Content starts
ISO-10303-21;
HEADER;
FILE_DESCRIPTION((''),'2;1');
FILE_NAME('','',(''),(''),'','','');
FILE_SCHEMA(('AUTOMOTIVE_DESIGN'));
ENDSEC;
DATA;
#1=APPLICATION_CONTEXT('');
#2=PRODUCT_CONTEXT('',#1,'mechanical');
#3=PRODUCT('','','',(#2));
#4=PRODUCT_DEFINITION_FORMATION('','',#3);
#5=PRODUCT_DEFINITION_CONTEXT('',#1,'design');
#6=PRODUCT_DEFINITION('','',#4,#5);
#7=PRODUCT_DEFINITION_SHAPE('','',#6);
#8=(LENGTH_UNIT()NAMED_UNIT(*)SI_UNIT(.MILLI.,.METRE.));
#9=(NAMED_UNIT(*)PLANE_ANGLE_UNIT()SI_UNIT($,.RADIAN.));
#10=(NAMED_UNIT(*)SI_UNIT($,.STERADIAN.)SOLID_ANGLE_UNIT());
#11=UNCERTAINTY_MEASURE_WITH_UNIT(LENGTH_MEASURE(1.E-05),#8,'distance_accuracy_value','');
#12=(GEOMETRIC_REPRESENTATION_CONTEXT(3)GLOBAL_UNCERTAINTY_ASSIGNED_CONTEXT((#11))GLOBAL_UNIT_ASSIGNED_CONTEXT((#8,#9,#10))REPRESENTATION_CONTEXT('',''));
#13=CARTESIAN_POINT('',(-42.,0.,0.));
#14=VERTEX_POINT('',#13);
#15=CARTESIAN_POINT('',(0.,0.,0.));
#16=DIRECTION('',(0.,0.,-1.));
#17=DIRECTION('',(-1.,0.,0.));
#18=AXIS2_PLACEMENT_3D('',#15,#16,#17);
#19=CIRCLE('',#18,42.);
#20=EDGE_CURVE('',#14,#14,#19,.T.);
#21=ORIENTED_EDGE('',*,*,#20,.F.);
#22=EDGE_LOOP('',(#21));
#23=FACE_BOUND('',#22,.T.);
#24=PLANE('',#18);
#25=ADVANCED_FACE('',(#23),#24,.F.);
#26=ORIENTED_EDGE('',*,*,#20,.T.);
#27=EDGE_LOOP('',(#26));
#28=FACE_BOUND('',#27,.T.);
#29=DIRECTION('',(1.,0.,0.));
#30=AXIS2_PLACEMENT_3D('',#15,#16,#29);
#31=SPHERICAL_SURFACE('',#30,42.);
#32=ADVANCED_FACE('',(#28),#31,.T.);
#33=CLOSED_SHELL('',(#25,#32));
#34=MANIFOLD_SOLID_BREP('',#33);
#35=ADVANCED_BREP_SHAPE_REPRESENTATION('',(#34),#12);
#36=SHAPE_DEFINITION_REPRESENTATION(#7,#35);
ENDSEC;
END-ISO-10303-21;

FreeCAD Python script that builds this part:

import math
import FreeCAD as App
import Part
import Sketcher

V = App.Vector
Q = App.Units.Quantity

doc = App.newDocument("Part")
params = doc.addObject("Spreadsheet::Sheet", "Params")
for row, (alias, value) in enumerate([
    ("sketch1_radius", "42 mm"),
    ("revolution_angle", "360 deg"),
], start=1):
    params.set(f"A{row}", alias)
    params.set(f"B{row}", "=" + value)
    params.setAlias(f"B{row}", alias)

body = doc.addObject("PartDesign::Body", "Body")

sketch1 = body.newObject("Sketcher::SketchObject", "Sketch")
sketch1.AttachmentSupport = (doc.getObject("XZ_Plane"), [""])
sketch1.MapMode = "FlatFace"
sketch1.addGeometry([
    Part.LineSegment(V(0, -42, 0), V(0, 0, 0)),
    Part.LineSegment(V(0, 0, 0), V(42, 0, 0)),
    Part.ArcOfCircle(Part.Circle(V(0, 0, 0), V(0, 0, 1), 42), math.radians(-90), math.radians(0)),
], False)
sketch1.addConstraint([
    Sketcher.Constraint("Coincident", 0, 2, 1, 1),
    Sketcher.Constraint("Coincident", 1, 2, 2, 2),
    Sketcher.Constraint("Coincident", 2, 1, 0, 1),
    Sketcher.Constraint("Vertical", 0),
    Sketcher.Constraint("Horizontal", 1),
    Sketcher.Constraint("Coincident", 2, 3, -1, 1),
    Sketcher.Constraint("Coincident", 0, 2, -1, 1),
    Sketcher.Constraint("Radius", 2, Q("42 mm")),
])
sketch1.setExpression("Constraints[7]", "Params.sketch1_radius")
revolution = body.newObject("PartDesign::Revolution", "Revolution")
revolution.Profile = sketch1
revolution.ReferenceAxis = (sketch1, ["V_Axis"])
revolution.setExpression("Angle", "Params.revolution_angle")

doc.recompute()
Content ends
What is needed
Return each line from the records that includes the word "DIRECTION".

Output below
#16=DIRECTION('',(0.,0.,-1.));
#17=DIRECTION('',(-1.,0.,0.));
#29=DIRECTION('',(1.,0.,0.));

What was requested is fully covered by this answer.